No offense, but I can't even get through an episode of anything Star Trek related on TV, because it's so boring. It seems like all that happens is dialogue and some minor space travel/battling. Star Wars is non-stop, epic action. Maybe I just have a short attention span. I'd pick old Twilight Zone over Star Trek any day of the week.


----------



## AngelClare (Jul 10, 2012)

Well, we can't have a thread like this without this video...






But Star Trek is sci-fi and Star Wars is sci-fi/fantasy


----------



## CristianNC (Jun 24, 2012)

cloud90 said:


> Both are lame as ****


----------



## Josh2323 (Aug 26, 2012)

Star Wars.


----------



## AngelClare (Jul 10, 2012)

As a sci-fi geek I would pick Star Trek. It's true sci-fi. I love Star Wars but it's actually dungeons and dragons fantasy in space. You have wizards (Yoda) and magic (Force) and princesses that need rescuing. You have an evil kingdom with an evil ruler (Darth Vader) and a young hero (Luke).


----------



## Perameles (Apr 23, 2013)

Star Trek.
Actually I have never seen Star Wars. Maybe someday I will, even as a Trekkie I'm kind of interested in seeing what it is really about, but I already know I won't like it much. I prefer the depth of Star Trek to the action of Star Wars.


----------



## Arterius (Apr 3, 2012)

Star Trek is not as big as Star Wars; that's a fact.


----------



## moonlitnights (May 19, 2013)

I prefer Star Wars but I am liking the new Star Trek movies.


----------



## Nono441 (May 14, 2012)

Star Trek is far better. Star Wars is commercialized crap (and Star Trek is going that way as well, now that they've milked the SW franchise to the ground)


----------



## Sacrieur (Jan 14, 2013)

Arterius said:


> Star Trek is not as big as Star Wars; that's a fact.

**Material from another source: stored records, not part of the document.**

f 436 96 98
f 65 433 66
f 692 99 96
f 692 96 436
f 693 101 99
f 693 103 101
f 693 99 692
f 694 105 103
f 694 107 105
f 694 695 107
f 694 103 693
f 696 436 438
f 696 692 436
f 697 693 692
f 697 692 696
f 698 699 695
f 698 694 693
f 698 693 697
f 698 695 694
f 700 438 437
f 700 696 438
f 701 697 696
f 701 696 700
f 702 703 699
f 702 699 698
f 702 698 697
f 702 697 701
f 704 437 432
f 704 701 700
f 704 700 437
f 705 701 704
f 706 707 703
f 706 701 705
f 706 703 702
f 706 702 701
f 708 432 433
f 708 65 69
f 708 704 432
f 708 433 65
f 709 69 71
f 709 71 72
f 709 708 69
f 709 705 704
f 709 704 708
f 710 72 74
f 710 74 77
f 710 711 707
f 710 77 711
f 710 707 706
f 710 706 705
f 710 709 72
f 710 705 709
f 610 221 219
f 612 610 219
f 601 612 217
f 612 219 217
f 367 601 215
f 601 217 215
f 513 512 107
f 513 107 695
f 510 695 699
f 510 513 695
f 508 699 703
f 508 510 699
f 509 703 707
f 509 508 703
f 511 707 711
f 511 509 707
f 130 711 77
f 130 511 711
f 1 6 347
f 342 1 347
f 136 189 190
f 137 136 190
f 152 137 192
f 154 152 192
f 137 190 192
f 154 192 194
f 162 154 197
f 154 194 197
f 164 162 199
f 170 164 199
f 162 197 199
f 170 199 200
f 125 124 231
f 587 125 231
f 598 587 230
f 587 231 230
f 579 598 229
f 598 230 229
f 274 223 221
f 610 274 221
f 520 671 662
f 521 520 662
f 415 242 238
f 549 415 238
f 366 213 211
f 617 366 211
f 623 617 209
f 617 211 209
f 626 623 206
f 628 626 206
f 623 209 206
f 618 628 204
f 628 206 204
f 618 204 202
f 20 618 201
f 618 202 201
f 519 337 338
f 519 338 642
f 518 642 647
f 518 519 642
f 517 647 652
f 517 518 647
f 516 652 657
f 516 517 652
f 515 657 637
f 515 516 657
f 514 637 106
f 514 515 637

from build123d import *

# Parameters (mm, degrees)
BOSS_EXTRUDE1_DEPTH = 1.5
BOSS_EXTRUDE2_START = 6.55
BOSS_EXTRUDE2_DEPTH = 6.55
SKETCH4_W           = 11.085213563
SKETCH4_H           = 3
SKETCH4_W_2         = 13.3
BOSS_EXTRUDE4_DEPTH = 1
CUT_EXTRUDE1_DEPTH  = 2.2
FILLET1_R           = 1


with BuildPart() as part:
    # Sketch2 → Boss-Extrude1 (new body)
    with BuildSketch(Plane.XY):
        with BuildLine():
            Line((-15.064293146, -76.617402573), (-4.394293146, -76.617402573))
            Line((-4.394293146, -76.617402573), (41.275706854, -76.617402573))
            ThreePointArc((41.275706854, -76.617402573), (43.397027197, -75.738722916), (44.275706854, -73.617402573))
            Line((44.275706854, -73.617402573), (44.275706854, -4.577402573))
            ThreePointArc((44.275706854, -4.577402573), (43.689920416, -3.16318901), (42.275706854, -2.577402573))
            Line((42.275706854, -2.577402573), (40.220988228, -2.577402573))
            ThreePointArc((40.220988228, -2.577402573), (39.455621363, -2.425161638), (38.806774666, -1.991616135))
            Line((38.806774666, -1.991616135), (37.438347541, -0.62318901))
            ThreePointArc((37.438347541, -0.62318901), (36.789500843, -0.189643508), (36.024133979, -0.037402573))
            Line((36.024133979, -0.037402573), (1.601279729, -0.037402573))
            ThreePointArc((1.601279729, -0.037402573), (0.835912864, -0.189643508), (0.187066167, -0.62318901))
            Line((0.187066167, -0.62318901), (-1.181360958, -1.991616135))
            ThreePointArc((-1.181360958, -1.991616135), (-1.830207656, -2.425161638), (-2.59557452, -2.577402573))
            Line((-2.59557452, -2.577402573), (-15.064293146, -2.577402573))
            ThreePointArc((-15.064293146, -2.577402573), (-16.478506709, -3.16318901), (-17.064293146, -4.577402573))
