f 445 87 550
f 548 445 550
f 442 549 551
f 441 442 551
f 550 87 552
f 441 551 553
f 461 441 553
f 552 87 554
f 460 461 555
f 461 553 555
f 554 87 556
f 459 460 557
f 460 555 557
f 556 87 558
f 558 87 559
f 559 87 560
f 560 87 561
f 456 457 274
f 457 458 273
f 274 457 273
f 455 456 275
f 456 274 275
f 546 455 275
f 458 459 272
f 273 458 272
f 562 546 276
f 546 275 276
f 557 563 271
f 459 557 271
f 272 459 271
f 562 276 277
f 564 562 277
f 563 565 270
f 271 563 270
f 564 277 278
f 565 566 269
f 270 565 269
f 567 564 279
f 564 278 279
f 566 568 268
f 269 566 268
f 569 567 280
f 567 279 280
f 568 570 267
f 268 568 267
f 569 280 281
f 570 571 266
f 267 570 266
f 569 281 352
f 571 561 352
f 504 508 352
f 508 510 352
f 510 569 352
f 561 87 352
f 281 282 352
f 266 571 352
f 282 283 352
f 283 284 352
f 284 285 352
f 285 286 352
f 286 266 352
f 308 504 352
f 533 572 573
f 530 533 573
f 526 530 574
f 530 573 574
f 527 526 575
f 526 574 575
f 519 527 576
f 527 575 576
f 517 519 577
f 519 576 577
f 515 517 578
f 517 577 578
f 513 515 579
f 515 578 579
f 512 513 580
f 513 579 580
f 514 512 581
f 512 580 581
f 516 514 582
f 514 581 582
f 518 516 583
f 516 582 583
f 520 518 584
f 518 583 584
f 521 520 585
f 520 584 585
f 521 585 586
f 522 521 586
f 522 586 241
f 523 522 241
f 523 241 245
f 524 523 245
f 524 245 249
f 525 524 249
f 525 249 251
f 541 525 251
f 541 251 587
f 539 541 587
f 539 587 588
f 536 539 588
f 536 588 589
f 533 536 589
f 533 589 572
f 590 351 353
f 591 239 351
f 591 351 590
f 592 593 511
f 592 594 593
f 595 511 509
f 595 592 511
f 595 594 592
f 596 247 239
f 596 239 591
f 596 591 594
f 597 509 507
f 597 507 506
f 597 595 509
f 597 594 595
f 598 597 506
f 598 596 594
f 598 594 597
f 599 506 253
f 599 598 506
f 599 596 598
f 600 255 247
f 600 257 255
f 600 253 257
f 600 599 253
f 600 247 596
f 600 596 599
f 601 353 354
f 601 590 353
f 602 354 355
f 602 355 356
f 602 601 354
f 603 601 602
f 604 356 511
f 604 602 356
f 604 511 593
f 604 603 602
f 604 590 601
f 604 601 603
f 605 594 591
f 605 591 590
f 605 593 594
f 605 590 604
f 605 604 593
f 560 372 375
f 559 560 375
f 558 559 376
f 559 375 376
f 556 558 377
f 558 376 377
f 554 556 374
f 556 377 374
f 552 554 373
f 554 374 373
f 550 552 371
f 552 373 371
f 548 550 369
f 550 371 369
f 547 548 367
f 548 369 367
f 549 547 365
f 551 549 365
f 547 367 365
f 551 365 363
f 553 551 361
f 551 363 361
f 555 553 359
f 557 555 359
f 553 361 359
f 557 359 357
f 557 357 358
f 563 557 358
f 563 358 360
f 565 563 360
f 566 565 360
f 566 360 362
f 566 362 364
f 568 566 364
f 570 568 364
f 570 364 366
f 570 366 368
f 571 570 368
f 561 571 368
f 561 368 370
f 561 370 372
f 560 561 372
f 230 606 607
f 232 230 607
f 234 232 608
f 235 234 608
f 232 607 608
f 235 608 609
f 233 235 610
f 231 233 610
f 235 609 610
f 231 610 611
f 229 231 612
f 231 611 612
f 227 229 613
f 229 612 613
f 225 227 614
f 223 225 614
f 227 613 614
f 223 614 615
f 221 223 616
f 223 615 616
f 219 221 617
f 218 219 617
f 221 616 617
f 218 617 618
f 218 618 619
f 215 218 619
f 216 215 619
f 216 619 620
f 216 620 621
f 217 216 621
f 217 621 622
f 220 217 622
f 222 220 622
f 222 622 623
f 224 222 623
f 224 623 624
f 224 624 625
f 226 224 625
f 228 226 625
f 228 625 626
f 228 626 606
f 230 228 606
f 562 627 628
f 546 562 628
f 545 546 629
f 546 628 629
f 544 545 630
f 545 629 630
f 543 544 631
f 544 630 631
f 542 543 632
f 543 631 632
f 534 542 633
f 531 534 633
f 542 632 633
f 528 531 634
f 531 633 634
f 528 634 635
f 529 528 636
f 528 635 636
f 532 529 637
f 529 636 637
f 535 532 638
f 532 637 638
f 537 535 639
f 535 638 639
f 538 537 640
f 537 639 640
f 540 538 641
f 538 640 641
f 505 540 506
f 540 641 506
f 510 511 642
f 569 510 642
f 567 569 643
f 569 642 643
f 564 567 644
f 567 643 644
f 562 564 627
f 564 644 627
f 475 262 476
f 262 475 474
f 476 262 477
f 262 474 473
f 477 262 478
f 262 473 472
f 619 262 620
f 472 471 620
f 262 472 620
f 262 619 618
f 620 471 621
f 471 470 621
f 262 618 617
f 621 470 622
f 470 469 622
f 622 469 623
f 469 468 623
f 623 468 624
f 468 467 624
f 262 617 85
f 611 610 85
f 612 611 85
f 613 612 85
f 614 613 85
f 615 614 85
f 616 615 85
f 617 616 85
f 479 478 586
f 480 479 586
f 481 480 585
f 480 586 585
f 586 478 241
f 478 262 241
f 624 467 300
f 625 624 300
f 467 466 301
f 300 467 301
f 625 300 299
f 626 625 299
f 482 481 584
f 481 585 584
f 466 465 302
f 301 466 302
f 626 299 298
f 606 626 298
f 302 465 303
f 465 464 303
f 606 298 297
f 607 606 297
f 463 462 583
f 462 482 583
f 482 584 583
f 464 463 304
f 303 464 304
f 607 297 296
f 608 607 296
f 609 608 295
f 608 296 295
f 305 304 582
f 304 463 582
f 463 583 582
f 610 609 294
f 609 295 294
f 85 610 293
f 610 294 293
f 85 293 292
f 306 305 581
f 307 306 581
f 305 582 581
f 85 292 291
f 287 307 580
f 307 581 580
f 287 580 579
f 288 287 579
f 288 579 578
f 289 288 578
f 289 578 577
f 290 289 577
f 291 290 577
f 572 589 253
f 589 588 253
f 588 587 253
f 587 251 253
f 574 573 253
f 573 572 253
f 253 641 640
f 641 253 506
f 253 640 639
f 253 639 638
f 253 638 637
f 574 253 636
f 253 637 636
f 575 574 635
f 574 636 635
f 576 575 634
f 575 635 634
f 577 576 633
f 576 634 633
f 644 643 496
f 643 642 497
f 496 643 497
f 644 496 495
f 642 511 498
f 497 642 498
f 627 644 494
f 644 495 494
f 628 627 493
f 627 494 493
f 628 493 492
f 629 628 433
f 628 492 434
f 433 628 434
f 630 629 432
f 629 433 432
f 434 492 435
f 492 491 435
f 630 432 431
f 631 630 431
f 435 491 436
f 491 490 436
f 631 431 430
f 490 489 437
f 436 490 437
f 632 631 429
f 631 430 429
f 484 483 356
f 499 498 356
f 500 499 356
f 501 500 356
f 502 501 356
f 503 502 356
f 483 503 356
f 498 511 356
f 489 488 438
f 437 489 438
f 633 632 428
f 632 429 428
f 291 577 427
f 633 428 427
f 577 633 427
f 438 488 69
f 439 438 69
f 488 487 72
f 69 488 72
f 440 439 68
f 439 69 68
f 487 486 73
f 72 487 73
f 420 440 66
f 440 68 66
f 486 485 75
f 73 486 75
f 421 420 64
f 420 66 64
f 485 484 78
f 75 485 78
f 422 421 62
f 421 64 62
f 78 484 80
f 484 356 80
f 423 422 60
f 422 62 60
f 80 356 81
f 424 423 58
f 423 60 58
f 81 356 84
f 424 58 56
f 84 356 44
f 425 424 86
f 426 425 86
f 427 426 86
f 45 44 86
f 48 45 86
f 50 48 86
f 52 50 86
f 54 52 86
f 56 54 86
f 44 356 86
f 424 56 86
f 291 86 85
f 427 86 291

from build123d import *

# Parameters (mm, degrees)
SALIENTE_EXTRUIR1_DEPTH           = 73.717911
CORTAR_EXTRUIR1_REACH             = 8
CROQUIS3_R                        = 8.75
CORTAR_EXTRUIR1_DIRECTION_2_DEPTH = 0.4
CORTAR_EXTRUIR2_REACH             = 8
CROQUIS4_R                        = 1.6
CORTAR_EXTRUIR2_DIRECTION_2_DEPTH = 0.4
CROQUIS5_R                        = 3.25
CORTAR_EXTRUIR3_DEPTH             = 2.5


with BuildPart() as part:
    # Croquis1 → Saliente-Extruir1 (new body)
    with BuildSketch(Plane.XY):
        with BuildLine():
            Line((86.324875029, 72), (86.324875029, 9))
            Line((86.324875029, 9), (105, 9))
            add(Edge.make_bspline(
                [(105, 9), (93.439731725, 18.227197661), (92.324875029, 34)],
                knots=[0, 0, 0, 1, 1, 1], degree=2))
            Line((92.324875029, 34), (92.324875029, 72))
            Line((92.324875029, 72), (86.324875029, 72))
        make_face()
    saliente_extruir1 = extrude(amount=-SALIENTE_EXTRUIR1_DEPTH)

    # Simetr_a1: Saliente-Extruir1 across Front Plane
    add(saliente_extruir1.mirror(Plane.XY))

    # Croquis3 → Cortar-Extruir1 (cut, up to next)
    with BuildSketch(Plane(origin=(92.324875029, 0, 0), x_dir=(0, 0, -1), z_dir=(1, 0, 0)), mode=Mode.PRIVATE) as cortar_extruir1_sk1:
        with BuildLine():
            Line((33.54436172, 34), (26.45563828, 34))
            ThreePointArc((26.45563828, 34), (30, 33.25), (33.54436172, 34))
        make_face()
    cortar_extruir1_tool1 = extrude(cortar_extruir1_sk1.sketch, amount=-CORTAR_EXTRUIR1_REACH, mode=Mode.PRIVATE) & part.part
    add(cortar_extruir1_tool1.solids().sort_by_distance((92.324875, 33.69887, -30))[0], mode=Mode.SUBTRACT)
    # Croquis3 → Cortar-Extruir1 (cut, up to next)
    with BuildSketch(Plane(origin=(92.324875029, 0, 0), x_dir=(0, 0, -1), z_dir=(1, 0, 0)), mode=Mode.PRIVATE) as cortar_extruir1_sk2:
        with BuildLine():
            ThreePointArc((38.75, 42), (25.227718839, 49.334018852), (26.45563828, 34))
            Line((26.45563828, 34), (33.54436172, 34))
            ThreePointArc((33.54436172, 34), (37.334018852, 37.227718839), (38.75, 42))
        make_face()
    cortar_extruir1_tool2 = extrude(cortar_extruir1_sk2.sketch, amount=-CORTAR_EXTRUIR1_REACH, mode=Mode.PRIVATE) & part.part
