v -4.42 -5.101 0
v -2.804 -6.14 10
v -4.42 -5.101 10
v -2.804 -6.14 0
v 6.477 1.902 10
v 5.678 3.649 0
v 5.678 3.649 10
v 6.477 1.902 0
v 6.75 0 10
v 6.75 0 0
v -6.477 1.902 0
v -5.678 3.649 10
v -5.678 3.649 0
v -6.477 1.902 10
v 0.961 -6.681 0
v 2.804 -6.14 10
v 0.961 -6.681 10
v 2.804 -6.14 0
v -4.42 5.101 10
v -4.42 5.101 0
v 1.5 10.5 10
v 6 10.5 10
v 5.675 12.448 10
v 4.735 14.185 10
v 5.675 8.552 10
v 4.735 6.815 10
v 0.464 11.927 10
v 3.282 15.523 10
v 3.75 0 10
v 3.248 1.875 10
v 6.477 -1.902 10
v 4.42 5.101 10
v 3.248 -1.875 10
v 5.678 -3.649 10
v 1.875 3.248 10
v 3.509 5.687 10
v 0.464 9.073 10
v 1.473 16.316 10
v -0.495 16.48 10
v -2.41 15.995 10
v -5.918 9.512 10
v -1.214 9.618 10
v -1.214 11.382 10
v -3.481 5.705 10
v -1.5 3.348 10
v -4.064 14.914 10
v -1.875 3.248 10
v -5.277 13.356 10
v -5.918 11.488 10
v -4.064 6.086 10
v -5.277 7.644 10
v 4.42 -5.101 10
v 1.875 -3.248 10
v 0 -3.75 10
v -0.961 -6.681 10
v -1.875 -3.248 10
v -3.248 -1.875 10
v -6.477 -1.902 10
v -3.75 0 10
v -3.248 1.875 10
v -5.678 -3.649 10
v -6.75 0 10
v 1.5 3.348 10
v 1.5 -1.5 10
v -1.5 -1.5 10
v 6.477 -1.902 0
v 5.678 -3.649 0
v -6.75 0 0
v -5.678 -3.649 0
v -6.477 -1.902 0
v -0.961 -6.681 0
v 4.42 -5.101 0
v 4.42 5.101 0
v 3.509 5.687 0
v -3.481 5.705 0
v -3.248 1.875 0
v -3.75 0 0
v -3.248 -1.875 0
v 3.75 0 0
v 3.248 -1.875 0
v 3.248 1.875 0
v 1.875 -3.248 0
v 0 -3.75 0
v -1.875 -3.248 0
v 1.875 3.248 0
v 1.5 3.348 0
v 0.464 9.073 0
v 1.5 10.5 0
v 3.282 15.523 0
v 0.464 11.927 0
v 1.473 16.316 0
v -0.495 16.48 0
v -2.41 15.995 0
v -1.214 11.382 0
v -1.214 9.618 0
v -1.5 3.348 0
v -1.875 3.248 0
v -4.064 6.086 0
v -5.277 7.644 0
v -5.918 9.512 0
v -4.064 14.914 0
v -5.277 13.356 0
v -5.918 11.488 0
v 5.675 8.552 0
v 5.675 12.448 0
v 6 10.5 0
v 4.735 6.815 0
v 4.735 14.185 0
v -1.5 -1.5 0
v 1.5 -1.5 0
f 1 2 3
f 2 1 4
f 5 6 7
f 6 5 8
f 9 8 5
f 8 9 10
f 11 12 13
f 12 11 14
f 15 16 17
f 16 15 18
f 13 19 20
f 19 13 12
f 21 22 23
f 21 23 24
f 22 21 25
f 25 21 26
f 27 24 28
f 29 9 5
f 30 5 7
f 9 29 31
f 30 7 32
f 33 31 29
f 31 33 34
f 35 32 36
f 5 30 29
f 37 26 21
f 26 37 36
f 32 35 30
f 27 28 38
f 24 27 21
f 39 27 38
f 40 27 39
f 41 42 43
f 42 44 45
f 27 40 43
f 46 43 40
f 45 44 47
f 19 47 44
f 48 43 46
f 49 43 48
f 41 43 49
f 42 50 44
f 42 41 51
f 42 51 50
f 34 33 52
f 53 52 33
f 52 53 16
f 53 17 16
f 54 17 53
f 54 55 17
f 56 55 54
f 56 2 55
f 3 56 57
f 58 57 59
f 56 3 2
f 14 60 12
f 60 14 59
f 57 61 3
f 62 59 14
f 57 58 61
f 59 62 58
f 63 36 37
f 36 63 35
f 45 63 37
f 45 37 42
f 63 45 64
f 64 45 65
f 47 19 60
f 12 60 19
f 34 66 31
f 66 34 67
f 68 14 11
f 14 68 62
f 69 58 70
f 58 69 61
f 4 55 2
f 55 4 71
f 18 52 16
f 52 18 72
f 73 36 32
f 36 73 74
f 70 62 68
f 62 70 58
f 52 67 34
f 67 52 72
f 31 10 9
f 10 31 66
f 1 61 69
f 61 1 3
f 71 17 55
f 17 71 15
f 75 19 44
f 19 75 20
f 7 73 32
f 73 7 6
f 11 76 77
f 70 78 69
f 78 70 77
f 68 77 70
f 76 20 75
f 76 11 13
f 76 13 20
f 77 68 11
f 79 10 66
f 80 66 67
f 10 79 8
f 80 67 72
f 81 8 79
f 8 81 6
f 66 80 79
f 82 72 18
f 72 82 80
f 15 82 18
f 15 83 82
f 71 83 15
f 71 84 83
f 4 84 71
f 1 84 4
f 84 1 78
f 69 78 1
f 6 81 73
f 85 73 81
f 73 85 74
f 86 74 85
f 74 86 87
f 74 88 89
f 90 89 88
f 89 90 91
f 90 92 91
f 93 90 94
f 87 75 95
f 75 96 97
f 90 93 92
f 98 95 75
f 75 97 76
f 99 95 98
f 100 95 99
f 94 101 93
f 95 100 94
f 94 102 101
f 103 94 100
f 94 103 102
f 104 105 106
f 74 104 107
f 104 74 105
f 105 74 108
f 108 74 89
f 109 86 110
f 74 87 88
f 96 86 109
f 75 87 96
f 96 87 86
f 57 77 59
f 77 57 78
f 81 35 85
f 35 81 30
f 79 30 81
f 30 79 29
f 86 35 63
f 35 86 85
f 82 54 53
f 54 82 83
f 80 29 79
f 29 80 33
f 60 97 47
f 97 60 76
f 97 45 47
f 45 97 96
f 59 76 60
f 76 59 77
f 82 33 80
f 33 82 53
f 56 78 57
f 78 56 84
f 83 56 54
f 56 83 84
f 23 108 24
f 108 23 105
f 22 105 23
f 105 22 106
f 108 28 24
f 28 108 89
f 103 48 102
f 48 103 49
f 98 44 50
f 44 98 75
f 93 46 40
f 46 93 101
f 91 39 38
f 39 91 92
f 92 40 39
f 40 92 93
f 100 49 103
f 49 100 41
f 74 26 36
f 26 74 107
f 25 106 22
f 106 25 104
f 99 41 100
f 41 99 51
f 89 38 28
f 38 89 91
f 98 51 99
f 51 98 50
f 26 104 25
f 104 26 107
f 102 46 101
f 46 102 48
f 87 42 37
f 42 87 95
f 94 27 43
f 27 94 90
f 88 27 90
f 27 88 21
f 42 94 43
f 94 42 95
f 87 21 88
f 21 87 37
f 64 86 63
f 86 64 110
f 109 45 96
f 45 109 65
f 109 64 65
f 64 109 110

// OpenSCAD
ball_od = 50;
ball_offset = 50;
thick = 3;
height = 10;

union() {
	difference() {
		cylinder(d = (7.5 + (2 * thick)), h = height);
		translate(v = [0, 0, (-(height / 2))]) {
			cylinder(d = 7.5000000000, h = (2 * height));
		}
	}
	translate(v = [0, (ball_offset - ((ball_od / 2) + 14.5)), 0]) {
		difference() {
			cylinder(d = (3 + (3 * thick)), h = height);
			translate(v = [0, 0, (-(height / 2))]) {
				cylinder(d = 3, h = (2 * height));
			}
		}
	}
	translate(v = [0, (((ball_offset - ((ball_od / 2) + 14.5)) / 2) - (thick / 2)), 0]) {
		translate(v = [0, 0, (height / 2)]) {
			cube(center = true, size = [thick, (ball_offset - ((ball_od / 2) + 14.5)), height]);
		}
	}
}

Yeah, it's not like there have been five six (forgot about a fan produced one) TV shows or anything.

I love Star Wars and all it is, but it lacks the coherency Star Trek does. George Lucas took something spectacular and shoved it into the ground. A reboot of the whole series would be fantastic. If they just got rid of that messiah and chosen one crap and brought out the real gritty dark side it would be a franchise no one would dare challenge (just like a fully armed and operational space station).


----------



## Daveyboy (Jan 13, 2013)

Star Trek..........Especially the 1960s original episodes.. (hate SW)


----------



## gorbulas (Feb 13, 2004)

Star Trek is much older than Star Wars. 

I prefer Star Wars. Who doesn't want to wield a light saber and use the Force!


----------



## Xenos (Jun 24, 2012)

It's tough. The world of Star Wars is just intrinsically more interesting. It's high fantasy set against a space opera backdrop, and it just seems like the story possibilities there are virtually endless. The trouble is that, with a few exceptions, the folks behind Star Wars have been afraid to tell anything other than the good vs. evil, light side/dark side story where everything comes down to a lightsaber battle. They haven't made good use of the potential that this unfamiliar world affords them.

Star Trek, at it's core, is a military franchise (yes, I know Starfleet's not supposed to be the military, but anyway) that depicts a fairly optimistic picture of human culture extending out into space and becoming part of some kind of galactic community. That structure is actually a lot more limiting, but to its credit, the Star Trek writers have managed to be much, much more diverse in the _kinds_ of stories they've been able to tell there vs. Star Wars.

I grew up with both of them so it's hard to choose. In the end I give Star Wars a slight edge just because its world is so much more aesthetically interesting, but I'm always hoping that whoever helms the franchise will do a better job of exploring it. If we go back to Tatooine in Episode 7 I'm going to have to scream.


----------



## DeniseAfterAll (Jul 28, 2012)

Haven't even seen a Star Wars movie for like . . 4-5 years ?

I still get flashbacks of random scenes at a random time through the day on a random day of the week .

It's one of those movies that will stay with you for life . Just like Lord of the Rings . . The Matrix . Requiem for a Dream . Shawshank Redemption .


----------



## Monotony (Mar 11, 2012)

The new Star Trek movie was good other than that I find star trek really dull.

The Star wars prequels blow though as do just about every change made to the old movies.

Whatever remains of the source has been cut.